■ **What the task requires**:
Among the entries below, only the lines starting at the one with "#115=CARTESIAN_POINT('',(0.,2.6,0.));" and ending at the one with "#159=ORIENTED_EDGE('',*,*,#76,.F.);", both included, are to be printed exactly.

(Supplied records Opens)

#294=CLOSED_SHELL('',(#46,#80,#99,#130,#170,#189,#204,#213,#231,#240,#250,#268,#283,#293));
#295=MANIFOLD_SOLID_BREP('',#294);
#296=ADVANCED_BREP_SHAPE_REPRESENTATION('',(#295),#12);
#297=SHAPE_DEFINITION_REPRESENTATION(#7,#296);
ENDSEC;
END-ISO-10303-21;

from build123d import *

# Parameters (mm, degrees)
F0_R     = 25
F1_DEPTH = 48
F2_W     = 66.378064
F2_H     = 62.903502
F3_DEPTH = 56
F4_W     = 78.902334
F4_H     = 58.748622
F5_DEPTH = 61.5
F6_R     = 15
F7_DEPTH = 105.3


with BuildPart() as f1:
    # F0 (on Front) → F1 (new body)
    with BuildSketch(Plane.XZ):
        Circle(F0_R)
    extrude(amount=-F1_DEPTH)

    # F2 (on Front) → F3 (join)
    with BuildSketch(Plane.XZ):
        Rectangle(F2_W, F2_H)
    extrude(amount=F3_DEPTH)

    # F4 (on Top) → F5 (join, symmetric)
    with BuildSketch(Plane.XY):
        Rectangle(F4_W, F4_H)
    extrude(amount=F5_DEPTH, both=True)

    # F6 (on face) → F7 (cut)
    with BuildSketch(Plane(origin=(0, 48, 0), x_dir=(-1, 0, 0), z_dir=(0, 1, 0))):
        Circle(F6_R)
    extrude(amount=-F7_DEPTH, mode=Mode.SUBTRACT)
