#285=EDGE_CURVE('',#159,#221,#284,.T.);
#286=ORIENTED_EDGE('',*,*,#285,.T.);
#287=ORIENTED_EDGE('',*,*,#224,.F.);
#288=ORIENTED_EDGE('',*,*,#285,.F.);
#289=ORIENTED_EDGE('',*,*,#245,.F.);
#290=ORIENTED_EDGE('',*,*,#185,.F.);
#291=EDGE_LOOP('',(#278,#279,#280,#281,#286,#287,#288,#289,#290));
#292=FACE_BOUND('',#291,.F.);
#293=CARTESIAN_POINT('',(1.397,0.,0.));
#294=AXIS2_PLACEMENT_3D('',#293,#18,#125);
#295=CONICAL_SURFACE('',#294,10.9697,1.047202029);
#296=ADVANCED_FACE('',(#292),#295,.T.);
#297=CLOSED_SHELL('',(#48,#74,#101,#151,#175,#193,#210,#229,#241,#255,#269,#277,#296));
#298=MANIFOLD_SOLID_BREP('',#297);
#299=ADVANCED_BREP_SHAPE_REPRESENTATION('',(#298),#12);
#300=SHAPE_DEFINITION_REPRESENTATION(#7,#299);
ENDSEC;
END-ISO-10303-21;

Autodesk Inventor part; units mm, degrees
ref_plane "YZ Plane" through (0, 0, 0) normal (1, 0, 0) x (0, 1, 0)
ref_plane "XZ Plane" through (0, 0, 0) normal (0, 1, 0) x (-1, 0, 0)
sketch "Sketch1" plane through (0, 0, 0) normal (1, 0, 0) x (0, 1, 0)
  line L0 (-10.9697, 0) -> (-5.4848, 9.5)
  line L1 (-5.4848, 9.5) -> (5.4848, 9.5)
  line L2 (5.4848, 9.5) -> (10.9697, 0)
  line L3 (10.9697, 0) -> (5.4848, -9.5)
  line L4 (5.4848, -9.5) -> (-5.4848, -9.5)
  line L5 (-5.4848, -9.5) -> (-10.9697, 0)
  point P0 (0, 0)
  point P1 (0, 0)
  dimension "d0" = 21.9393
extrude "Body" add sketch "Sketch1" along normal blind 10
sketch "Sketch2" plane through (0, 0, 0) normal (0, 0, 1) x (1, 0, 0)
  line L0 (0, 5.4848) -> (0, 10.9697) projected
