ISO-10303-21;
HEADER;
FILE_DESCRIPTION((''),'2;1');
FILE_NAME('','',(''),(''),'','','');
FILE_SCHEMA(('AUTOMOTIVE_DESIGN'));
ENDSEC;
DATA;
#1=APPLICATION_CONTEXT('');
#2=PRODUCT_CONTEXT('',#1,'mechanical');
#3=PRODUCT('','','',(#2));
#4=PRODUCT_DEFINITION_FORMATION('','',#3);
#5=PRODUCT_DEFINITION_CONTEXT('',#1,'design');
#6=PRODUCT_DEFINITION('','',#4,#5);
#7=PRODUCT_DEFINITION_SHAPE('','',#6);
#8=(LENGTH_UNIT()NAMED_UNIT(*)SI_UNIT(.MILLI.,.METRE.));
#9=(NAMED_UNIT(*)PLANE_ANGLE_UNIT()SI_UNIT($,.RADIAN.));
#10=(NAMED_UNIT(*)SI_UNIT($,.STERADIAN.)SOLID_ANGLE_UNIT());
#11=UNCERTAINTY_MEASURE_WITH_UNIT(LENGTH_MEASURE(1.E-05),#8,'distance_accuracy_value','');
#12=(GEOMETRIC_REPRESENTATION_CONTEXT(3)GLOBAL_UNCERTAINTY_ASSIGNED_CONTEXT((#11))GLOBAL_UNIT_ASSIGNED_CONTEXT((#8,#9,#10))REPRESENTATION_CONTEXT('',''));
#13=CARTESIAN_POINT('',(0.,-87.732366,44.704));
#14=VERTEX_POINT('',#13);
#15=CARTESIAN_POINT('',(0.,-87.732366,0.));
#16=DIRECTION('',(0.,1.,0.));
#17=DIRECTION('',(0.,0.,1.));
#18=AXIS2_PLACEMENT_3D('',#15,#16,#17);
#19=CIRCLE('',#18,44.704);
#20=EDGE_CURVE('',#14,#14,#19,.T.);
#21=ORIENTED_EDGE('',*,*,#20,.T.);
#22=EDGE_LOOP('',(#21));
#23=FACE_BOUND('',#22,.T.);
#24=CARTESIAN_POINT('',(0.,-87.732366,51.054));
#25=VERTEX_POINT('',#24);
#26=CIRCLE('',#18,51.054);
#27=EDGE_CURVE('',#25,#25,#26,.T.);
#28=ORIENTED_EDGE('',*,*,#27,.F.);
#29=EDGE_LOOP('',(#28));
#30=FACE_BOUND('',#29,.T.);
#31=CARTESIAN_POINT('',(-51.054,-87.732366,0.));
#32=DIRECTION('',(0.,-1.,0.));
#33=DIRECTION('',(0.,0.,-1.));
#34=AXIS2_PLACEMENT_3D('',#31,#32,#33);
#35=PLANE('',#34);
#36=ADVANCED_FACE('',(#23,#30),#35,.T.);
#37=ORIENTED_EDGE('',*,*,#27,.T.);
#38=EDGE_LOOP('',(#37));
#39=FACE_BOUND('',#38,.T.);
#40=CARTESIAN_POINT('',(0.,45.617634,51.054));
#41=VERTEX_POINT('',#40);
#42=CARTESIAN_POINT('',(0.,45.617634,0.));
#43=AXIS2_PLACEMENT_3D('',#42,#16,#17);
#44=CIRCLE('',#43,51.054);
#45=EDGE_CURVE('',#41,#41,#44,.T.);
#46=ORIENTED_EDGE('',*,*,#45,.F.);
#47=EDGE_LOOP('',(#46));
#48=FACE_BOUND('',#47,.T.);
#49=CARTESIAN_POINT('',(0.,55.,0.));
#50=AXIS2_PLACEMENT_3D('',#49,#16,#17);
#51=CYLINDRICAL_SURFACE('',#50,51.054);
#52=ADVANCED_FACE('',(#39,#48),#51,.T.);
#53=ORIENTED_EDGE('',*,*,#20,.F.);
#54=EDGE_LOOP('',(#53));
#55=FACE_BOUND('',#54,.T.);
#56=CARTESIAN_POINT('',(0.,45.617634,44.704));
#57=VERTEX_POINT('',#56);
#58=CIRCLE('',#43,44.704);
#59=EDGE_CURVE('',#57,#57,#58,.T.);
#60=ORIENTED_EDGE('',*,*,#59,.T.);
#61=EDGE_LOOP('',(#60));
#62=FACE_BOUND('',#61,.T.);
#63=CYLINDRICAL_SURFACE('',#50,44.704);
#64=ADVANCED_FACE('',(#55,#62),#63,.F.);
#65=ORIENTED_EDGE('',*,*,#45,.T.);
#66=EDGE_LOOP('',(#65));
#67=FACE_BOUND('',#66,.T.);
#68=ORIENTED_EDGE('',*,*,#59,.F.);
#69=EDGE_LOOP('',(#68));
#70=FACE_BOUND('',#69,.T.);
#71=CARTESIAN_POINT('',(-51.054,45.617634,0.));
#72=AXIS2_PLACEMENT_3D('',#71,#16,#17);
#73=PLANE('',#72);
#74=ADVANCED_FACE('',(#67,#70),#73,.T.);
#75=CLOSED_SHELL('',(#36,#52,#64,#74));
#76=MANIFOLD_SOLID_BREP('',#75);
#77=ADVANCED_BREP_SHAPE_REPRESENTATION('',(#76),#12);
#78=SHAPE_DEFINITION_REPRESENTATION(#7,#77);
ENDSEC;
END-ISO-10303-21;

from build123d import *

# Parameters (mm, degrees)
SKETCH1_W = 6.35
SKETCH1_H = 133.35


with BuildPart() as part:
    # Sketch1 → Revolve1 (revolve)
    with BuildSketch(Plane.XY):
        with Locations((-47.879, -21.057365567)):
            Rectangle(SKETCH1_W, SKETCH1_H)
    revolve(axis=Axis((0, 55, 0), (0, -1, 0)))


solid = part.part
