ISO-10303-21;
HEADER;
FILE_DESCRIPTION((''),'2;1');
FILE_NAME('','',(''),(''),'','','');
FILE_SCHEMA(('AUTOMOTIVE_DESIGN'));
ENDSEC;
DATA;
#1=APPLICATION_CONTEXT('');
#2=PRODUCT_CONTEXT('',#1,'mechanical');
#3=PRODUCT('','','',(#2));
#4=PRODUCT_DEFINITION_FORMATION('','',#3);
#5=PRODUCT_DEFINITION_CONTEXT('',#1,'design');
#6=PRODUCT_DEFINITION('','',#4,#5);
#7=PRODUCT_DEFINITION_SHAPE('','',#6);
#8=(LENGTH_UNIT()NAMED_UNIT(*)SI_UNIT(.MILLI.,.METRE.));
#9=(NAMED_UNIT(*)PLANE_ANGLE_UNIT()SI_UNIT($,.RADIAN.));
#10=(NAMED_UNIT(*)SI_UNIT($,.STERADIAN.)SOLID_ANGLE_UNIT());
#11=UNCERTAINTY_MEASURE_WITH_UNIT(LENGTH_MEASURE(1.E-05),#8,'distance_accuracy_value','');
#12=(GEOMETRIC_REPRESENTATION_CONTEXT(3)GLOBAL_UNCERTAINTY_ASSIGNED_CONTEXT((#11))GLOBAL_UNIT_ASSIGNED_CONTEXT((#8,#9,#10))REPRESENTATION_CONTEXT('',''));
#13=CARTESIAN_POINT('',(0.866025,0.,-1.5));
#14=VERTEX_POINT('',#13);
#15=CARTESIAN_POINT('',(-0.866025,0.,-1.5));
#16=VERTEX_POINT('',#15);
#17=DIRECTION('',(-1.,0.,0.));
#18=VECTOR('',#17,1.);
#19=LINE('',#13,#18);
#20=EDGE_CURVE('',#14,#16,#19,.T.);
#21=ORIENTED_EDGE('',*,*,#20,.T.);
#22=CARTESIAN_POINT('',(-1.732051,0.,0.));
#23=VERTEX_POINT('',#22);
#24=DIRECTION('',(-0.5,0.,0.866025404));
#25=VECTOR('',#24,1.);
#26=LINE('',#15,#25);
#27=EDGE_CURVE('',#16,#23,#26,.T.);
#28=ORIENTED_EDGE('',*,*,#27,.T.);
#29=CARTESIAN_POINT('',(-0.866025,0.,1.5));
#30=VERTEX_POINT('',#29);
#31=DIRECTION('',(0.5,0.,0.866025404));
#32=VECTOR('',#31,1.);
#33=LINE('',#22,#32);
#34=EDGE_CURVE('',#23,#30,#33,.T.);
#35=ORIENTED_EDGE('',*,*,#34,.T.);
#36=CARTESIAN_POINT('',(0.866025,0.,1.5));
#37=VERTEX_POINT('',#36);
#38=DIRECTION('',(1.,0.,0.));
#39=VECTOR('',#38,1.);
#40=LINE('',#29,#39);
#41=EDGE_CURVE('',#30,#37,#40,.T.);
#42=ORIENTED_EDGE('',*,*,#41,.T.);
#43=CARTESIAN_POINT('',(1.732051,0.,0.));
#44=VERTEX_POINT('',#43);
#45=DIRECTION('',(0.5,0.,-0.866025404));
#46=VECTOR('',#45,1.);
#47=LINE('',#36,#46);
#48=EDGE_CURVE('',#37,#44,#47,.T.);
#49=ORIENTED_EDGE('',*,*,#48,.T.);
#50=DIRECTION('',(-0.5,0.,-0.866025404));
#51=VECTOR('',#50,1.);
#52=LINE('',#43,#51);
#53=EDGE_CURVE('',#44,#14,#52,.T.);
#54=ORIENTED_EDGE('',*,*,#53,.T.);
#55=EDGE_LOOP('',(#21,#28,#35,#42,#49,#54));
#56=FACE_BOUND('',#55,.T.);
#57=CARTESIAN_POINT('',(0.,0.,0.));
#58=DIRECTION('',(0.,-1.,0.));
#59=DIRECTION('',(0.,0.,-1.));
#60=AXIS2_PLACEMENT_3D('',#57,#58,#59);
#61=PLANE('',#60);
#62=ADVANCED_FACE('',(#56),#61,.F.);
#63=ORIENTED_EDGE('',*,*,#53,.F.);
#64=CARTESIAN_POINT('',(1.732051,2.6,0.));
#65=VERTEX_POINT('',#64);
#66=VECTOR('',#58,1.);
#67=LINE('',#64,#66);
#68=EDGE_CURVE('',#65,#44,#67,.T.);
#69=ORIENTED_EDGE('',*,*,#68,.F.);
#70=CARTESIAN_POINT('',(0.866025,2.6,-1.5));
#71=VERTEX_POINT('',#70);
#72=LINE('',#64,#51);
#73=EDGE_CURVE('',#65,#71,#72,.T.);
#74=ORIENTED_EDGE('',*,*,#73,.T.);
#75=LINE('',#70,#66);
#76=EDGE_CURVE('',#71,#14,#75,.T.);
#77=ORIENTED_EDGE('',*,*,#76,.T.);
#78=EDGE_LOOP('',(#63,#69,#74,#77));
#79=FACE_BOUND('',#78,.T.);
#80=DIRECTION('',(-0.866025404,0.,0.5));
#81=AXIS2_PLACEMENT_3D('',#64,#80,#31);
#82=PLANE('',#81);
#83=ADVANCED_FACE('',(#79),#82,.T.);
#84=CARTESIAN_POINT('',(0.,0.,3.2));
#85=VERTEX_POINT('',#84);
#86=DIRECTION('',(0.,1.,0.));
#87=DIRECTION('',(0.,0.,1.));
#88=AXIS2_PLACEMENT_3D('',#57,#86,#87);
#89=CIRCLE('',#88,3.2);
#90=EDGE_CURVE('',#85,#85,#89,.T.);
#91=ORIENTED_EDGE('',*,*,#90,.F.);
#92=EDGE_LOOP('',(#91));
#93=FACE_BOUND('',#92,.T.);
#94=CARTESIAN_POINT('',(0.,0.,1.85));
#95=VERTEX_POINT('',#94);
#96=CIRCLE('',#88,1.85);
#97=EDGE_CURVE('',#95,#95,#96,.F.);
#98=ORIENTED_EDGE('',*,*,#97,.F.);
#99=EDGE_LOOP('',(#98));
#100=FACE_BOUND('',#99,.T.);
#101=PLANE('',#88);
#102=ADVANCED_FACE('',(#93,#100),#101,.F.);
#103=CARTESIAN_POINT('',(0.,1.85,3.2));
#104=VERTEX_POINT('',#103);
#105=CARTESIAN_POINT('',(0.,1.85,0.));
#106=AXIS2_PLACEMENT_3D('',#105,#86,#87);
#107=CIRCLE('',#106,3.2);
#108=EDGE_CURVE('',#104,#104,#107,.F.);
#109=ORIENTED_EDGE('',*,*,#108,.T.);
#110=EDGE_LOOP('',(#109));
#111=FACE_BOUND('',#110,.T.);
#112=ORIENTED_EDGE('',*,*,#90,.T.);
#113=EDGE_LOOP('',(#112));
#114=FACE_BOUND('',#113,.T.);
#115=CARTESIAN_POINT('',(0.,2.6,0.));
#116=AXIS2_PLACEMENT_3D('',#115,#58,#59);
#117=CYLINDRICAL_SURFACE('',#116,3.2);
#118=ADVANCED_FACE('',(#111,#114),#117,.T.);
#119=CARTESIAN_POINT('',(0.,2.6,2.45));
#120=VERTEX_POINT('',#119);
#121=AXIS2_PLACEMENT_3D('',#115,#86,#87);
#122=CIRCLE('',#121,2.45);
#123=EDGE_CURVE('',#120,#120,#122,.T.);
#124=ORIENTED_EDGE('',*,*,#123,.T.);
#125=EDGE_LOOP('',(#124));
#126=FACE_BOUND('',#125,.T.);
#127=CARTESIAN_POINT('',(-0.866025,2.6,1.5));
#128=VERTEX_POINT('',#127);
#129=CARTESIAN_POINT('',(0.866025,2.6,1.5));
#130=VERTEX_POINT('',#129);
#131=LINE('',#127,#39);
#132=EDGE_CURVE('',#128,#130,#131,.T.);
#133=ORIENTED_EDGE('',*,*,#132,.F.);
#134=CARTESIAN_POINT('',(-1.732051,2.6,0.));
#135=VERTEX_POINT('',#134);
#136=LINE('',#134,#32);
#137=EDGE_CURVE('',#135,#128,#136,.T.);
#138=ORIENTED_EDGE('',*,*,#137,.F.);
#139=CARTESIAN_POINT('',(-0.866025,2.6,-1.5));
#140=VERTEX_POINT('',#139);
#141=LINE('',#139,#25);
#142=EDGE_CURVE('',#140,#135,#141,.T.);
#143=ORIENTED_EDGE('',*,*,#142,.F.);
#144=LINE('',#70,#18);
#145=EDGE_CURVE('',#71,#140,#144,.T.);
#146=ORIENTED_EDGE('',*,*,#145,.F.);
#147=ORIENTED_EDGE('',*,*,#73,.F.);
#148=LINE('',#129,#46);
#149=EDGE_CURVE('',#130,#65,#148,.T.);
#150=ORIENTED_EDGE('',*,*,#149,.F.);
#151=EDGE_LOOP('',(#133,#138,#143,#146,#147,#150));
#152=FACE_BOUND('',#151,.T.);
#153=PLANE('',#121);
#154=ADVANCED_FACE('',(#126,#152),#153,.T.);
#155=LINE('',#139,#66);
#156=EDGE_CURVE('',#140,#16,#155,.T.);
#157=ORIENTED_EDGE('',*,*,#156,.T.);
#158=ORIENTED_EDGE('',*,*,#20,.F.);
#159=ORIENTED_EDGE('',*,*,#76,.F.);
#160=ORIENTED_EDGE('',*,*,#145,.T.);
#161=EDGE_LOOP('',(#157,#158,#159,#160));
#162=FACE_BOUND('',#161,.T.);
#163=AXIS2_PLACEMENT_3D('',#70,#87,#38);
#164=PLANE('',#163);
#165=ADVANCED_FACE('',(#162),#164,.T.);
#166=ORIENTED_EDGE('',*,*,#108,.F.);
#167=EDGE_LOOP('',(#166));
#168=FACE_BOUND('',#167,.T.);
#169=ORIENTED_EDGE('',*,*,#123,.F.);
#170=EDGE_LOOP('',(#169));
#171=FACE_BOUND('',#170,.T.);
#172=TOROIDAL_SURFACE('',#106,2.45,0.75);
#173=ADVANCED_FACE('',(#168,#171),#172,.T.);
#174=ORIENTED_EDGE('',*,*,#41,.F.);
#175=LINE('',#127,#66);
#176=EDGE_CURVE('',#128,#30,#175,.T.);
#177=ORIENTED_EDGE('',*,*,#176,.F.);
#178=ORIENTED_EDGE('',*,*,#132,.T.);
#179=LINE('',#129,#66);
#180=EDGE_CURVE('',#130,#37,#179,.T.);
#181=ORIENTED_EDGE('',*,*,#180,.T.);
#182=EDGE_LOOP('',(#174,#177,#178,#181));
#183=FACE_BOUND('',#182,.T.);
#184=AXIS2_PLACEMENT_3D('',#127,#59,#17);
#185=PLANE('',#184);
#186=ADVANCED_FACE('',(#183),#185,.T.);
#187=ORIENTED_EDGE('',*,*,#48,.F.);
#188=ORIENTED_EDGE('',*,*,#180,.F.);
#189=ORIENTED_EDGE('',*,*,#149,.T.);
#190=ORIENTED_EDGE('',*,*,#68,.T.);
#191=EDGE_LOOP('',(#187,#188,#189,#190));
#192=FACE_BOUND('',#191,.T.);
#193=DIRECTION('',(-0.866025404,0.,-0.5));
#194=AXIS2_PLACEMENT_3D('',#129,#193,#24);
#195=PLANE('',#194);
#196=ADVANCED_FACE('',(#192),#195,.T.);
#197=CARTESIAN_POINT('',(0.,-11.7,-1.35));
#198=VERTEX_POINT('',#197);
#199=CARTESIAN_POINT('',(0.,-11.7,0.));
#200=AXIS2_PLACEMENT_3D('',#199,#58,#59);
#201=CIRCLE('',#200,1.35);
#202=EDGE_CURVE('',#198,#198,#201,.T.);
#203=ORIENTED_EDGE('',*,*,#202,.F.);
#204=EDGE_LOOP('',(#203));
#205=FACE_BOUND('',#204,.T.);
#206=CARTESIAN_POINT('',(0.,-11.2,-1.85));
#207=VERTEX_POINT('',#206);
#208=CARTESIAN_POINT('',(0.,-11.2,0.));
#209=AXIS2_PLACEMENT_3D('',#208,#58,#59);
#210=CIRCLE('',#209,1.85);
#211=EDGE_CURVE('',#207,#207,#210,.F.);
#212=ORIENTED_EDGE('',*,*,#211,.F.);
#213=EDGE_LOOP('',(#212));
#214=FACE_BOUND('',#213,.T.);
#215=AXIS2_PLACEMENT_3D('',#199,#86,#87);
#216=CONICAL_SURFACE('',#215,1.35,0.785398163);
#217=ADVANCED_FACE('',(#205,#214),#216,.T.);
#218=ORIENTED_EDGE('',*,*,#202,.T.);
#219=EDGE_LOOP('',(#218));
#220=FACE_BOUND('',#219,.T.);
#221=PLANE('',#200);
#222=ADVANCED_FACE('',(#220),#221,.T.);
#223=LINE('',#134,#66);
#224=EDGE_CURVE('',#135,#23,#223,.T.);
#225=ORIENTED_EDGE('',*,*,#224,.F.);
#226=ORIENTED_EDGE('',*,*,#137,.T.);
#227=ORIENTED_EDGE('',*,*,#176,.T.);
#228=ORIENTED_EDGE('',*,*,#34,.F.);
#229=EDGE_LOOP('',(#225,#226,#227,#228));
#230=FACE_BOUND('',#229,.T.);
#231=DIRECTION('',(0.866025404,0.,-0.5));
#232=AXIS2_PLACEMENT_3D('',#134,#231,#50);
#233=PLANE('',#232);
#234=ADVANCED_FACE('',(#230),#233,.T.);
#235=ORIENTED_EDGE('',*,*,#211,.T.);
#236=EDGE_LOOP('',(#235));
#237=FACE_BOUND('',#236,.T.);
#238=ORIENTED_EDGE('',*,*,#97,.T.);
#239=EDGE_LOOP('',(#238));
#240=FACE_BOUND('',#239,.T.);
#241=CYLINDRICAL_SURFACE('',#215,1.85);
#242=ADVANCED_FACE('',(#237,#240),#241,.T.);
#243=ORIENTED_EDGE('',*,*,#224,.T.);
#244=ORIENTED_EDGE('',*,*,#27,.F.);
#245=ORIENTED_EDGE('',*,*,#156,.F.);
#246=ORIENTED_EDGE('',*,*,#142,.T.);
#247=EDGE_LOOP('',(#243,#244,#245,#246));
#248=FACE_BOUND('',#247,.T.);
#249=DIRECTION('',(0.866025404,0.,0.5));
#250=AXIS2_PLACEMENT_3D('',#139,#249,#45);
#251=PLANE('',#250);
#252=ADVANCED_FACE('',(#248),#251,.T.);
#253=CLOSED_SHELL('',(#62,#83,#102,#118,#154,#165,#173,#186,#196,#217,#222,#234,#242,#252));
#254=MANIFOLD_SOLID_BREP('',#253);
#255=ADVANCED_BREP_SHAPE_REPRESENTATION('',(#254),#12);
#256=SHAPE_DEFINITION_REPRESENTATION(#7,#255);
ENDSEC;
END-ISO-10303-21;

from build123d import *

# Parameters (mm, degrees)
SKETCH1_R           = 3.2
BOSS_EXTRUDE1_DEPTH = 2.6
FILLET1_R           = 0.75
SKETCH2_R           = 1.85
BOSS_EXTRUDE2_DEPTH = 11.7
CHAMFER1_SIZE       = 0.5


with BuildPart() as part:
    # Sketch1 → Boss-Extrude1 (new body)
    with BuildSketch(Plane(origin=(0, 0, 0), x_dir=(1, 0, 0), z_dir=(0, 1, 0))):
        with Locations(Location((0, 0, 0), (0, 0, 270))):
            Circle(SKETCH1_R)
        Polygon((1.732050808, 0), (0.866025404, 1.5), (-0.866025404, 1.5), (-1.732050808, 0), (-0.866025404, -1.5), (0.866025404, -1.5), align=None, mode=Mode.SUBTRACT)
    extrude(amount=BOSS_EXTRUDE1_DEPTH)

    # Fillet1
    fillet1_edges = [part.edges().sort_by_distance(p)[0] for p in [
        (0, 2.6, -3.2),
    ]]
    fillet(fillet1_edges, radius=FILLET1_R)

    # Sketch2 → Boss-Extrude2 (add)
    with BuildSketch(Plane.XZ):
        with Locations(Location((0, 0, 0), (0, 0, 90))):
            Circle(SKETCH2_R)
    extrude(amount=BOSS_EXTRUDE2_DEPTH)

    # Chamfer1
    chamfer1_edges = [part.edges().sort_by_distance(p)[0] for p in [
        (0, -11.7, -1.85),
    ]]
    chamfer(chamfer1_edges, length=CHAMFER1_SIZE)


solid = part.part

(Supplied records Closes)

■ **Response**:
#115=CARTESIAN_POINT('',(0.,2.6,0.));
#116=AXIS2_PLACEMENT_3D('',#115,#58,#59);
#117=CYLINDRICAL_SURFACE('',#116,3.2);
#118=ADVANCED_FACE('',(#111,#114),#117,.T.);
#119=CARTESIAN_POINT('',(0.,2.6,2.45));
#120=VERTEX_POINT('',#119);
#121=AXIS2_PLACEMENT_3D('',#115,#86,#87);
#122=CIRCLE('',#121,2.45);
#123=EDGE_CURVE('',#120,#120,#122,.T.);
#124=ORIENTED_EDGE('',*,*,#123,.T.);
#125=EDGE_LOOP('',(#124));
#126=FACE_BOUND('',#125,.T.);
#127=CARTESIAN_POINT('',(-0.866025,2.6,1.5));
#128=VERTEX_POINT('',#127);
#129=CARTESIAN_POINT('',(0.866025,2.6,1.5));
#130=VERTEX_POINT('',#129);
#131=LINE('',#127,#39);
#132=EDGE_CURVE('',#128,#130,#131,.T.);
#133=ORIENTED_EDGE('',*,*,#132,.F.);
#134=CARTESIAN_POINT('',(-1.732051,2.6,0.));
#135=VERTEX_POINT('',#134);
#136=LINE('',#134,#32);
#137=EDGE_CURVE('',#135,#128,#136,.T.);
#138=ORIENTED_EDGE('',*,*,#137,.F.);
#139=CARTESIAN_POINT('',(-0.866025,2.6,-1.5));
#140=VERTEX_POINT('',#139);
#141=LINE('',#139,#25);
#142=EDGE_CURVE('',#140,#135,#141,.T.);
#143=ORIENTED_EDGE('',*,*,#142,.F.);
#144=LINE('',#70,#18);
#145=EDGE_CURVE('',#71,#140,#144,.T.);
#146=ORIENTED_EDGE('',*,*,#145,.F.);
#147=ORIENTED_EDGE('',*,*,#73,.F.);
#148=LINE('',#129,#46);
#149=EDGE_CURVE('',#130,#65,#148,.T.);
#150=ORIENTED_EDGE('',*,*,#149,.F.);
#151=EDGE_LOOP('',(#133,#138,#143,#146,#147,#150));
#152=FACE_BOUND('',#151,.T.);
#153=PLANE('',#121);
#154=ADVANCED_FACE('',(#126,#152),#153,.T.);
#155=LINE('',#139,#66);
#156=EDGE_CURVE('',#140,#16,#155,.T.);
#157=ORIENTED_EDGE('',*,*,#156,.T.);
#158=ORIENTED_EDGE('',*,*,#20,.F.);
#159=ORIENTED_EDGE('',*,*,#76,.F.);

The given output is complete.